Use when: False negatives are costly
- Disease detection (don't miss sick patients!)
- Fraud detection (don't miss fraudsters!)
Precision vs Recall Tradeoff
↑ Precision → ↓ Recall (more conservative predictions)
↑ Recall → ↓ Precision (more liberal predictions)
You can't have both perfect. Choose based on what's worse:
- Missing a positive (FN) → Focus on Recall
- False alarm (FP) → Focus on Precision
F1 Score
f1 = 2 * (precision * recall) / (precision + recall)
Harmonic mean of precision and recall. Balanced metric.
Use when: You care about both precision and recall equally.
from sklearn.metrics import precision_score, recall_score, f1_score
print(f"Precision: {precision_score(y_true, y_pred):.3f}")
print(f"Recall: {recall_score(y_true, y_pred):.3f}")
print(f"F1: {f1_score(y_true, y_pred):.3f}")
Classification Report
Get all metrics at once:
from sklearn.metrics import classification_report
print(classification_report(y_true, y_pred))
precision recall f1-score support
class 0 0.95 0.98 0.96 950
class 1 0.72 0.56 0.63 50
accuracy 0.94 1000
ROC Curve and AUC
ROC Curve: Plot of True Positive Rate vs False Positive Rate at different thresholds.
AUC (Area Under Curve): Single number summarizing ROC.
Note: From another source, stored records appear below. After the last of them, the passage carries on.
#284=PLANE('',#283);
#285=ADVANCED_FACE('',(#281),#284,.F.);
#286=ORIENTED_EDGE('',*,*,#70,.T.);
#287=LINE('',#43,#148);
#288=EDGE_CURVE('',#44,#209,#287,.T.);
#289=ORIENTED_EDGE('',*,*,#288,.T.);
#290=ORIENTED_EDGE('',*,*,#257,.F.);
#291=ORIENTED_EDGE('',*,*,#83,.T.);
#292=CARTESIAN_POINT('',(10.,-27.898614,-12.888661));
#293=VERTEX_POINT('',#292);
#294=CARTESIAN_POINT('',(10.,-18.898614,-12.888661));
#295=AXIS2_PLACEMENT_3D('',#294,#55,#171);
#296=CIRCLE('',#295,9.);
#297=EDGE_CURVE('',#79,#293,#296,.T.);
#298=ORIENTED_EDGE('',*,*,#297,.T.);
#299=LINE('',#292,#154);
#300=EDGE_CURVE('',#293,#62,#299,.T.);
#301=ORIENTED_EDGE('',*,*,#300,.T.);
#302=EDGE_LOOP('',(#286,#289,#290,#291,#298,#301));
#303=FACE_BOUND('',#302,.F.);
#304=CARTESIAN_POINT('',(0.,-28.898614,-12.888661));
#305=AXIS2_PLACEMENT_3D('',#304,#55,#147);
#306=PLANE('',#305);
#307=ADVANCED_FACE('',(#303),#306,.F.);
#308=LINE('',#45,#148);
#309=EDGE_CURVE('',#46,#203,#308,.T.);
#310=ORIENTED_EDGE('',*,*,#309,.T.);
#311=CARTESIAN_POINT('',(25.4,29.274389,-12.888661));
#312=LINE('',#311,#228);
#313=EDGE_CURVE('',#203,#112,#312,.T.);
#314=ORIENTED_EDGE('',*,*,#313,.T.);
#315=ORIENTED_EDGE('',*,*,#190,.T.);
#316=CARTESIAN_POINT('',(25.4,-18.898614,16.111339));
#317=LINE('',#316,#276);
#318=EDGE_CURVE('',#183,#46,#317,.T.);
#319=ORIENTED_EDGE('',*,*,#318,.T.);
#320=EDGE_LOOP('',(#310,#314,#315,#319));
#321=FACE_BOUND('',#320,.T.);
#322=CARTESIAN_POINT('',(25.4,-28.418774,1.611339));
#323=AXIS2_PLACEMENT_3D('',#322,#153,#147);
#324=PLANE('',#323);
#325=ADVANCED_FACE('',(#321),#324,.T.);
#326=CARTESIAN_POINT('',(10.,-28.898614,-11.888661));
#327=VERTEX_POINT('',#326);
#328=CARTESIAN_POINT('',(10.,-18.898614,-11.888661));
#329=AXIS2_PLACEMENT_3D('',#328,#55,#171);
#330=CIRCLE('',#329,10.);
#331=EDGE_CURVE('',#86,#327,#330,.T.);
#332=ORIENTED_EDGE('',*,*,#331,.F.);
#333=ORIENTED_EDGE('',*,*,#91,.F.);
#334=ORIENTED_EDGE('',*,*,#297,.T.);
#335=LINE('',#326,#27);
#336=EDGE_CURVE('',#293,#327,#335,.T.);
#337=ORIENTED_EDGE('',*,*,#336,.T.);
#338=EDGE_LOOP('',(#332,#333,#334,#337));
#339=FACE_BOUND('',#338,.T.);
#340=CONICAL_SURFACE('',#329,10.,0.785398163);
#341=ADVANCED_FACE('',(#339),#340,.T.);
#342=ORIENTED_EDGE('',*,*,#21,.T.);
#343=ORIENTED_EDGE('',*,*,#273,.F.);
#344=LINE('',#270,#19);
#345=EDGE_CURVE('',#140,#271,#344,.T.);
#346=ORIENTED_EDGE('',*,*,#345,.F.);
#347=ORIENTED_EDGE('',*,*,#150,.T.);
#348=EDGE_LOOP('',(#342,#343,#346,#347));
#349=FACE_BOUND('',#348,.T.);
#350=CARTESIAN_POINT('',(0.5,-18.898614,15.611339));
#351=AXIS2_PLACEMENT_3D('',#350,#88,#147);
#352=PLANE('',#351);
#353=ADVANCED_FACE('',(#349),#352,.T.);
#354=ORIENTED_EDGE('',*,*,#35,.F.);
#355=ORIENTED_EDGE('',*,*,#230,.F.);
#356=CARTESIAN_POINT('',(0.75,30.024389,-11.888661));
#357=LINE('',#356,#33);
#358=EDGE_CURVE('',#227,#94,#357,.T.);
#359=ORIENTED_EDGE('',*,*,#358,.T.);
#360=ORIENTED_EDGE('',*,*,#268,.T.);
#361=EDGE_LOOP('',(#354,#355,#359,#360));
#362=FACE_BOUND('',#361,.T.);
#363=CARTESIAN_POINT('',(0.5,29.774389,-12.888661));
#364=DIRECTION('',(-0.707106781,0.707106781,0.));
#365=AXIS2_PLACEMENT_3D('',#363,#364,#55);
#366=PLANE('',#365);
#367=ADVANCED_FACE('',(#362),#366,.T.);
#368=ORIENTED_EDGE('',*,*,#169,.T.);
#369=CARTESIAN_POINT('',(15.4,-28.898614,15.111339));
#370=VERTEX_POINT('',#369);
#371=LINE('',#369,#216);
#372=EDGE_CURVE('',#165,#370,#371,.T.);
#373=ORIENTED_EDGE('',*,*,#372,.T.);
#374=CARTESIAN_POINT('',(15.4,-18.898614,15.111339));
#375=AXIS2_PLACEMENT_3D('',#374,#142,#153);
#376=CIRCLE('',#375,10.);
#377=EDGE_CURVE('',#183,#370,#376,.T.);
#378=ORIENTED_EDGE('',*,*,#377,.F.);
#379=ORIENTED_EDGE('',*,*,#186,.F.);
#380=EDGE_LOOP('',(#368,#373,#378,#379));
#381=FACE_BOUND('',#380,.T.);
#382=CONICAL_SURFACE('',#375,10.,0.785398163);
- AUC = 1.0: Perfect model
- AUC = 0.5: Random guessing
- AUC < 0.5: Worse than random
from sklearn.metrics import roc_auc_score, roc_curve
import matplotlib.pyplot as plt
# Get probabilities, not predictions
y_proba = model.predict_proba(X_test)[:, 1]
# AUC score
auc = roc_auc_score(y_true, y_proba)
print(f"AUC: {auc:.3f}")
# Plot ROC curve
fpr, tpr, _ = roc_curve(y_true, y_proba)
plt.plot(fpr, tpr)
plt.xlabel('False Positive Rate')
plt.ylabel('True Positive Rate')
plt.title(f'ROC Curve (AUC = {auc:.3f})')
plt.show()
Regression Metrics
Mean Absolute Error (MAE)
mae = mean(|predicted - actual|)
Average absolute difference. Easy to interpret.
Mean Squared Error (MSE)
mse = mean((predicted - actual)²)
Penalizes large errors more heavily.
Root Mean Squared Error (RMSE)
rmse = sqrt(mse)
Same units as target variable. Most commonly used.
R² Score
r2 = 1 - (sum of squared errors) / (total variance)
- R² = 1: Perfect predictions
- R² = 0: As good as predicting the mean
- R² < 0: Worse than predicting the mean!
from sklearn.metrics import mean_absolute_error, mean_squared_error, r2_score
import numpy as np
mae = mean_absolute_error(y_true, y_pred)
mse = mean_squared_error(y_true, y_pred)
rmse = np.sqrt(mse)
r2 = r2_score(y_true, y_pred)
print(f"MAE: {mae:.2f}")
print(f"RMSE: {rmse:.2f}")
print(f"R²: {r2:.3f}")
Which Metric to Use?
| Problem | Recommended Metric |
|---|---|
| Balanced classification | Accuracy, F1 |
| Imbalanced classification | F1, AUC, Precision/Recall |
| Ranking | AUC |
| Regression (normal errors) | RMSE, R² |
| Regression (with outliers) | MAE |
Quick Reference
from sklearn.metrics import (
accuracy_score,
precision_score,
recall_score,
f1_score,
roc_auc_score,
confusion_matrix,
classification_report,
mean_absolute_error,
mean_squared_error,
r2_score
)
Key Takeaway
Don't just report accuracy. Understand your problem:
- What's the cost of different errors?
- Is your data balanced?
- Do you need probabilities or hard predictions?
Choose metrics that match your real-world goals!